┌─ Exercise data

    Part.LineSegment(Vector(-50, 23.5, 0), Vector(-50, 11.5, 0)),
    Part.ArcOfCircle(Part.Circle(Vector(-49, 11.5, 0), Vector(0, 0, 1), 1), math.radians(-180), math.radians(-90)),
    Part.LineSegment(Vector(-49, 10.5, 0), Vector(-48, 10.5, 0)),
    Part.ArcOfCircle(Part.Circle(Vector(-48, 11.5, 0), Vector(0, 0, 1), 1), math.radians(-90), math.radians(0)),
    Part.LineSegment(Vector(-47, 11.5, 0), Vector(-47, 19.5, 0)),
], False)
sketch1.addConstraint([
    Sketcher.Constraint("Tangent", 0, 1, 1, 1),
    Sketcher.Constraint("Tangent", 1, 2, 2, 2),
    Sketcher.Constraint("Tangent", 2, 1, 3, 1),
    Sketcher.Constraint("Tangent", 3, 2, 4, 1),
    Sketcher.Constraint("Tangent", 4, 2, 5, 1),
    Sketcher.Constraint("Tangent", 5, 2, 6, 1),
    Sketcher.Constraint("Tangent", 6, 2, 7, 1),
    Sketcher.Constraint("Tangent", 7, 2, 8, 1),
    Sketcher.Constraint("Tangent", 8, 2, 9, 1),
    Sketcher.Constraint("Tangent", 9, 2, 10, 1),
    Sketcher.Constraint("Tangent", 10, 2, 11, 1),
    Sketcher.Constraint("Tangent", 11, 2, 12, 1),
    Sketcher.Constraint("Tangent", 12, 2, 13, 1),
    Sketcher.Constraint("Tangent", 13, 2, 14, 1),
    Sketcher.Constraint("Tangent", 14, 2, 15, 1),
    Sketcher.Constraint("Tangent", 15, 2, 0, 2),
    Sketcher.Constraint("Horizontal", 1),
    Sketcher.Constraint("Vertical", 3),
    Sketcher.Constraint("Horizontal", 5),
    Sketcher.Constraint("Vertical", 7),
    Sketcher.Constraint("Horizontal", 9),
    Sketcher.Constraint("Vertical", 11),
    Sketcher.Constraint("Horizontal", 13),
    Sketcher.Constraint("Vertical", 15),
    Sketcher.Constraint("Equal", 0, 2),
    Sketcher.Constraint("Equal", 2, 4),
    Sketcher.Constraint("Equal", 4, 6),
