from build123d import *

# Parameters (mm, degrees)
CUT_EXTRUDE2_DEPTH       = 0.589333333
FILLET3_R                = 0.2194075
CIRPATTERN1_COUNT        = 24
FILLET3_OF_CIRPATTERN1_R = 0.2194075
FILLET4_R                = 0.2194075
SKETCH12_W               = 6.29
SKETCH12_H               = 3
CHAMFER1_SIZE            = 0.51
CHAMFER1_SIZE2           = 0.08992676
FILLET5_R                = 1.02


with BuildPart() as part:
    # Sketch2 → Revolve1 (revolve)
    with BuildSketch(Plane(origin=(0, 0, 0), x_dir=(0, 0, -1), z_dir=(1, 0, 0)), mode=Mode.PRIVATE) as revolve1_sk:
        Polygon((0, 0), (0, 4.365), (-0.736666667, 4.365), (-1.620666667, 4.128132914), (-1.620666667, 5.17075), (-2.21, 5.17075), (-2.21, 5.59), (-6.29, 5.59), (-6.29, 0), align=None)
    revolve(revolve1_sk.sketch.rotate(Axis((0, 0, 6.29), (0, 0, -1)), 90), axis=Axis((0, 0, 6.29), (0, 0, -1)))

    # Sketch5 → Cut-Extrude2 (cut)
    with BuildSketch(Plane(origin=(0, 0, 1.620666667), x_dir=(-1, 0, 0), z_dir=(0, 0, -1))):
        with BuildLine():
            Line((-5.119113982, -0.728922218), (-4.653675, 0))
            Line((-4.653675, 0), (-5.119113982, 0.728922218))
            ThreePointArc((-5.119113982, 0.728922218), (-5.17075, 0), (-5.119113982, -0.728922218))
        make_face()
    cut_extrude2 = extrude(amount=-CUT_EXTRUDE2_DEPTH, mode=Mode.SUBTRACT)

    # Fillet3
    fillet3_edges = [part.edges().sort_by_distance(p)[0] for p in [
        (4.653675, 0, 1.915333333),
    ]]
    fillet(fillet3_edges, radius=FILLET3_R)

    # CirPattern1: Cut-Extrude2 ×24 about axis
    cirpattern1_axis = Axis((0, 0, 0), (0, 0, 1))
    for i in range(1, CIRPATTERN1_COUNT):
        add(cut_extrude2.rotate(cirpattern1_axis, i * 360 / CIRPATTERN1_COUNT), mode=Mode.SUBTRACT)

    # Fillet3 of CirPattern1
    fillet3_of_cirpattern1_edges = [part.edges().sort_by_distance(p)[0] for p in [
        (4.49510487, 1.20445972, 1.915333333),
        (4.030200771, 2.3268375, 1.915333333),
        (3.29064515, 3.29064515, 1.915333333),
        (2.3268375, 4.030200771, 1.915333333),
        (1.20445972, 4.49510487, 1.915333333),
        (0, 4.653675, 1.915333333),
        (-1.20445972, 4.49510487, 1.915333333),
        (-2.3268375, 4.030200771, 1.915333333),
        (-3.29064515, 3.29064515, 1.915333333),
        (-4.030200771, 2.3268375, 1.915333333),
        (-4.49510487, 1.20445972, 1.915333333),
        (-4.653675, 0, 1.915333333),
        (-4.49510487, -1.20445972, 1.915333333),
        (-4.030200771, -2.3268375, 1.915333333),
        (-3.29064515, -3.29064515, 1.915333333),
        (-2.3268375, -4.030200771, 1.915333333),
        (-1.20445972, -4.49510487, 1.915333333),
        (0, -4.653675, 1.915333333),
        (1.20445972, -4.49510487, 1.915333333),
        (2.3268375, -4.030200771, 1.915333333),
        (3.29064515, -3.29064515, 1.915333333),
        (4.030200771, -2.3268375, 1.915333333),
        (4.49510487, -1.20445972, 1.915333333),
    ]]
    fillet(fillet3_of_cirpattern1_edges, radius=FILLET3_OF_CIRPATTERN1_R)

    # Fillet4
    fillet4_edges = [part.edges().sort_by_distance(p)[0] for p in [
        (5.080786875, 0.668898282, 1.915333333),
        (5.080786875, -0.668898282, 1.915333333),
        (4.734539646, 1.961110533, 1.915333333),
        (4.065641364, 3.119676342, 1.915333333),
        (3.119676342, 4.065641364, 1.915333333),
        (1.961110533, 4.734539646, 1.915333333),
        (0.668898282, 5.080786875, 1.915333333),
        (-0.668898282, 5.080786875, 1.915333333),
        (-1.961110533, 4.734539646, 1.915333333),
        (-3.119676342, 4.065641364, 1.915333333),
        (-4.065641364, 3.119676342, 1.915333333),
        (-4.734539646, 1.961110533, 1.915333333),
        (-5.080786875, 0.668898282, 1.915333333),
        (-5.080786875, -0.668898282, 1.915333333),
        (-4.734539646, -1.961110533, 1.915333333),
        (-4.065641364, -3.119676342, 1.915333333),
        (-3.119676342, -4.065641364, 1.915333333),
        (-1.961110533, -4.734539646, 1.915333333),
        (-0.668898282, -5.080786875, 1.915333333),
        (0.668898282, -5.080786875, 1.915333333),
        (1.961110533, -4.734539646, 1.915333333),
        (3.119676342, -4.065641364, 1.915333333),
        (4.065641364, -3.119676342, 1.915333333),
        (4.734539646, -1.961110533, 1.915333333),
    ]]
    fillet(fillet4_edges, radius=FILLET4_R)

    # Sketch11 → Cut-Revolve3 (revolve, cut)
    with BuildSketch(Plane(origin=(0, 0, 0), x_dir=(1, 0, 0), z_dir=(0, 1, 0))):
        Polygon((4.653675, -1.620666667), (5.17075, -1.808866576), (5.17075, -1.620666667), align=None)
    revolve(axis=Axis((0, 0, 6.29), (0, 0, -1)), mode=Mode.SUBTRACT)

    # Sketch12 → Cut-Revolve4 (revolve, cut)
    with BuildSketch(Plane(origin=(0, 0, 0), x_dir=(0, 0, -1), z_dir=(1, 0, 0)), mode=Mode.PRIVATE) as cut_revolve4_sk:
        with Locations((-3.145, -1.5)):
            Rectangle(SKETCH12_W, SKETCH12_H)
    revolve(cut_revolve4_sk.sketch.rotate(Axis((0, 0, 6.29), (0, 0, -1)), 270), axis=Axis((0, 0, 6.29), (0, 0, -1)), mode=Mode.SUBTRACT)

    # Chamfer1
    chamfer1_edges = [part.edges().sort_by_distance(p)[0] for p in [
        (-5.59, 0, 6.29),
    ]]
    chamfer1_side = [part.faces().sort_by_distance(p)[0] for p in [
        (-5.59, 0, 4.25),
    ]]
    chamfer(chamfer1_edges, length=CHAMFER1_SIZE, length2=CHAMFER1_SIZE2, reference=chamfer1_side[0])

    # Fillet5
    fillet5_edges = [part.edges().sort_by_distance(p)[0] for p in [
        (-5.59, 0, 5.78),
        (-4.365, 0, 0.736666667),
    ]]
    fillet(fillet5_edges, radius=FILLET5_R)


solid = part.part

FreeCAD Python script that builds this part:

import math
import FreeCAD as App
import Part
import Sketcher

V = App.Vector
Q = App.Units.Quantity


def edges_at(feature, points):
    """Names of the edges that pass closest to the given points."""
    edges = feature.Shape.Edges
    near = lambda p: min(range(len(edges)), key=lambda i: edges[i].distToShape(Part.Vertex(*p))[0])
    return sorted({f"Edge{near(p) + 1}" for p in points})

doc = App.newDocument("Part")
body = doc.addObject("PartDesign::Body", "Body")

# Sketch on YZ plane
sketch1 = body.newObject("Sketcher::SketchObject", "Sketch")
sketch1.AttachmentSupport = (doc.getObject("YZ_Plane"), [""])
sketch1.MapMode = "FlatFace"
sketch1.addGeometry([
    Part.LineSegment(V(0, 0, 0), V(4.37, 0, 0)),  # 0
    Part.LineSegment(V(4.37, 0, 0), V(4.37, 0.74, 0)),  # 1
    Part.LineSegment(V(4.37, 0.74, 0), V(4.13, 1.62, 0)),  # 2
    Part.LineSegment(V(4.13, 1.62, 0), V(5.17, 1.62, 0)),  # 3
    Part.LineSegment(V(5.17, 1.62, 0), V(5.17, 2.21, 0)),  # 4
    Part.LineSegment(V(5.17, 2.21, 0), V(5.59, 2.21, 0)),  # 5
    Part.LineSegment(V(5.59, 2.21, 0), V(5.59, 6.29, 0)),  # 6
    Part.LineSegment(V(5.59, 6.29, 0), V(0, 6.29, 0)),  # 7
    Part.LineSegment(V(0, 6.29, 0), V(0, 0, 0)),  # 8
], False)
sketch1.addConstraint([
    Sketcher.Constraint("Coincident", 0, 2, 1, 1),
    Sketcher.Constraint("Coincident", 1, 2, 2, 1),
    Sketcher.Constraint("Coincident", 2, 2, 3, 1),
    Sketcher.Constraint("Coincident", 3, 2, 4, 1),
    Sketcher.Constraint("Coincident", 4, 2, 5, 1),
    Sketcher.Constraint("Coincident", 5, 2, 6, 1),
    Sketcher.Constraint("Coincident", 6, 2, 7, 1),
    Sketcher.Constraint("Coincident", 7, 2, 8, 1),
    Sketcher.Constraint("Coincident", 8, 2, 0, 1),
    Sketcher.Constraint("Horizontal", 0),
    Sketcher.Constraint("Vertical", 1),
    Sketcher.Constraint("Horizontal", 3),
    Sketcher.Constraint("Vertical", 4),
    Sketcher.Constraint("Horizontal", 5),
    Sketcher.Constraint("Vertical", 6),
    Sketcher.Constraint("Horizontal", 7),
    Sketcher.Constraint("Vertical", 8),
    Sketcher.Constraint("Coincident", 8, 2, -1, 1),
    Sketcher.Constraint("Angle", 2, Q("105 deg")),
    Sketcher.Constraint("DistanceX", 7, 2, 7, 1, Q("5.59 mm")),
    Sketcher.Constraint("DistanceY", 6, 1, 6, 2, Q("4.08 mm")),
    Sketcher.Constraint("DistanceY", 8, 2, 8, 1, Q("6.29 mm")),
    Sketcher.Constraint("DistanceX", 0, 1, 0, 2, Q("4.365 mm")),
    Sketcher.Constraint("DistanceY", 1, 2, 2, 2, Q("0.884 mm")),
    Sketcher.Constraint("DistanceX", 5, 1, 5, 2, Q("0.41925 mm")),
    Sketcher.Constraint("DistanceY", 1, 1, 1, 2, Q("0.736667 mm")),
])
revolution = body.newObject("PartDesign::Revolution", "Revolution")
revolution.Profile = sketch1
revolution.ReferenceAxis = (sketch1, ["V_Axis"])
revolution.Angle = 360

# Sketch on XY plane
sketch2 = body.newObject("Sketcher::SketchObject", "Sketch001")
sketch2.AttachmentSupport = (doc.getObject("XY_Plane"), [""])
sketch2.MapMode = "FlatFace"
sketch2.AttachmentOffset = App.Placement(V(0, 0, 1.620667), App.Rotation())
sketch2.addGeometry([
    Part.LineSegment(V(5.1, -0.7, 0), V(4.7, 0, 0)),
    Part.LineSegment(V(4.7, 0, 0), V(5.1, 0.7, 0)),
    Part.ArcOfCircle(Part.Circle(V(0, 0, 0), V(0, 0, 1), 5.2), math.radians(-8.1), math.radians(8.1)),
], False)
sketch2.addConstraint([
    Sketcher.Constraint("Coincident", 0, 2, 1, 1),
    Sketcher.Constraint("Coincident", 1, 2, 2, 2),
    Sketcher.Constraint("Coincident", 2, 1, 0, 1),
    Sketcher.Constraint("Coincident", 2, 3, -1, 1),
    Sketcher.Constraint("PointOnObject", 0, 2, -1),
    Sketcher.Constraint("Vertical", 1, 2, 2, 1),
    Sketcher.Constraint("Radius", 2, Q("5.17075 mm")),
    Sketcher.Constraint("DistanceX", 0, 2, 1, 2, Q("0.465439 mm")),
    Sketcher.Constraint("Distance", 0, Q("0.864847 mm")),
])
pocket1 = body.newObject("PartDesign::Pocket", "Pocket")
pocket1.Profile = sketch2
pocket1.Length = 0.589333
pocket1.Reversed = True
doc.recompute()

fillet = body.newObject("PartDesign::Fillet", "Fillet")
fillet.Base = (pocket1, edges_at(pocket1, [(4.654, 0, 1.915)]))
fillet.Radius = 0.219408
doc.recompute()

polarpattern = body.newObject("PartDesign::PolarPattern", "PolarPattern")
polarpattern.Originals = [pocket1]
polarpattern.Axis = (doc.getObject("Z_Axis"), [""])
polarpattern.Angle = 360
polarpattern.Occurrences = 24
body.Tip = polarpattern
doc.recompute()

fillet2 = body.newObject("PartDesign::Fillet", "Fillet001")
fillet2.Base = (polarpattern, edges_at(polarpattern, [
    (4.495, 1.204, 1.915),
    (4.03, 2.327, 1.915),
    (3.291, 3.291, 1.915),
    (2.327, 4.03, 1.915),
    (1.204, 4.495, 1.915),
    (0, 4.654, 1.915),
    (-1.204, 4.495, 1.915),
    (-2.327, 4.03, 1.915),
    (-3.291, 3.291, 1.915),
    (-4.03, 2.327, 1.915),
    (-4.495, 1.204, 1.915),
    (-4.654, 0, 1.915),
    (-4.495, -1.204, 1.915),
    (-4.03, -2.327, 1.915),
    (-3.291, -3.291, 1.915),
    (-2.327, -4.03, 1.915),
    (-1.204, -4.495, 1.915),
    (0, -4.654, 1.915),
    (1.204, -4.495, 1.915),
    (2.327, -4.03, 1.915),
    (3.291, -3.291, 1.915),
    (4.03, -2.327, 1.915),
    (4.495, -1.204, 1.915),
]))
fillet2.Radius = 0.219408
doc.recompute()

fillet3 = body.newObject("PartDesign::Fillet", "Fillet002")
fillet3.Base = (fillet2, edges_at(fillet2, [
    (5.081, 0.669, 1.915),
    (5.081, -0.669, 1.915),
    (4.735, 1.961, 1.915),
    (4.066, 3.12, 1.915),
    (3.12, 4.066, 1.915),
    (1.961, 4.735, 1.915),
    (0.669, 5.081, 1.915),
    (-0.669, 5.081, 1.915),
    (-1.961, 4.735, 1.915),
    (-3.12, 4.066, 1.915),
    (-4.066, 3.12, 1.915),
    (-4.735, 1.961, 1.915),
    (-5.081, 0.669, 1.915),
    (-5.081, -0.669, 1.915),
    (-4.735, -1.961, 1.915),
    (-4.066, -3.12, 1.915),
    (-3.12, -4.066, 1.915),
    (-1.961, -4.735, 1.915),
    (-0.669, -5.081, 1.915),
    (0.669, -5.081, 1.915),
    (1.961, -4.735, 1.915),
    (3.12, -4.066, 1.915),
    (4.066, -3.12, 1.915),
    (4.735, -1.961, 1.915),
]))
fillet3.Radius = 0.219408

# Sketch on XZ plane
sketch3 = body.newObject("Sketcher::SketchObject", "Sketch002")
sketch3.AttachmentSupport = (doc.getObject("XZ_Plane"), [""])
sketch3.MapMode = "FlatFace"
sketch3.addGeometry([
    Part.LineSegment(V(4.65, 1.62, 0), V(5.17, 1.81, 0)),
    Part.LineSegment(V(5.17, 1.81, 0), V(5.17, 1.62, 0)),
    Part.LineSegment(V(5.17, 1.62, 0), V(4.65, 1.62, 0)),
], False)
sketch3.addConstraint([
    Sketcher.Constraint("Coincident", 0, 2, 1, 1),
    Sketcher.Constraint("Coincident", 1, 2, 2, 1),
    Sketcher.Constraint("Coincident", 2, 2, 0, 1),
    Sketcher.Constraint("Vertical", 1),
    Sketcher.Constraint("Horizontal", 2),
    Sketcher.Constraint("Angle", 0, Q("20 deg")),
    Sketcher.Constraint("DistanceY", 1, 2, 1, 1, Q("0.1882 mm")),
    Sketcher.Constraint("DistanceX", -1, 1, 0, 2, Q("5.17075 mm")),
    Sketcher.Constraint("DistanceY", -1, 1, 0, 2, Q("1.808867 mm")),
])
groove = body.newObject("PartDesign::Groove", "Groove")
groove.Profile = sketch3
groove.ReferenceAxis = (sketch3, ["V_Axis"])
groove.Angle = 360

# Sketch on YZ plane
sketch4 = body.newObject("Sketcher::SketchObject", "Sketch003")
sketch4.AttachmentSupport = (doc.getObject("YZ_Plane"), [""])
sketch4.MapMode = "FlatFace"
sketch4.addGeometry([
    Part.LineSegment(V(0, 6.3, 0), V(-3, 6.3, 0)),
    Part.LineSegment(V(-3, 6.3, 0), V(-3, 0, 0)),
    Part.LineSegment(V(-3, 0, 0), V(0, 0, 0)),
    Part.LineSegment(V(0, 0, 0), V(0, 6.3, 0)),
], False)
sketch4.addConstraint([
    Sketcher.Constraint("Coincident", 0, 2, 1, 1),
    Sketcher.Constraint("Coincident", 1, 2, 2, 1),
    Sketcher.Constraint("Coincident", 2, 2, 3, 1),
    Sketcher.Constraint("Coincident", 3, 2, 0, 1),
    Sketcher.Constraint("Horizontal", 0),
    Sketcher.Constraint("Vertical", 1),
    Sketcher.Constraint("Horizontal", 2),
    Sketcher.Constraint("Vertical", 3),
    Sketcher.Constraint("Coincident", 2, 2, -1, 1),
    Sketcher.Constraint("DistanceX", 0, 2, 0, 1, Q("3 mm")),
    Sketcher.Constraint("DistanceY", 1, 2, 1, 1, Q("6.29 mm")),
])
groove2 = body.newObject("PartDesign::Groove", "Groove001")
groove2.Profile = sketch4
groove2.ReferenceAxis = (sketch4, ["V_Axis"])
groove2.Angle = 360
doc.recompute()

chamfer = body.newObject("PartDesign::Chamfer", "Chamfer")
chamfer.Base = (groove2, edges_at(groove2, [(-5.59, 0, 6.29)]))
chamfer.ChamferType = "Two distances"
chamfer.Size = 0.51
chamfer.Size2 = 0.089927
doc.recompute()

fillet4 = body.newObject("PartDesign::Fillet", "Fillet003")
fillet4.Base = (chamfer, edges_at(chamfer, [(-5.59, 0, 5.78), (-4.365, 0, 0.737)]))
fillet4.Radius = 1.02

doc.recompute()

└─

**Exercise description:** The lines needed are those in the data above that hold the string "None"; copy each of them.

**Result:**
        Polygon((0, 0), (0, 4.365), (-0.736666667, 4.365), (-1.620666667, 4.128132914), (-1.620666667, 5.17075), (-2.21, 5.17075), (-2.21, 5.59), (-6.29, 5.59), (-6.29, 0), align=None)
        Polygon((4.653675, -1.620666667), (5.17075, -1.808866576), (5.17075, -1.620666667), align=None)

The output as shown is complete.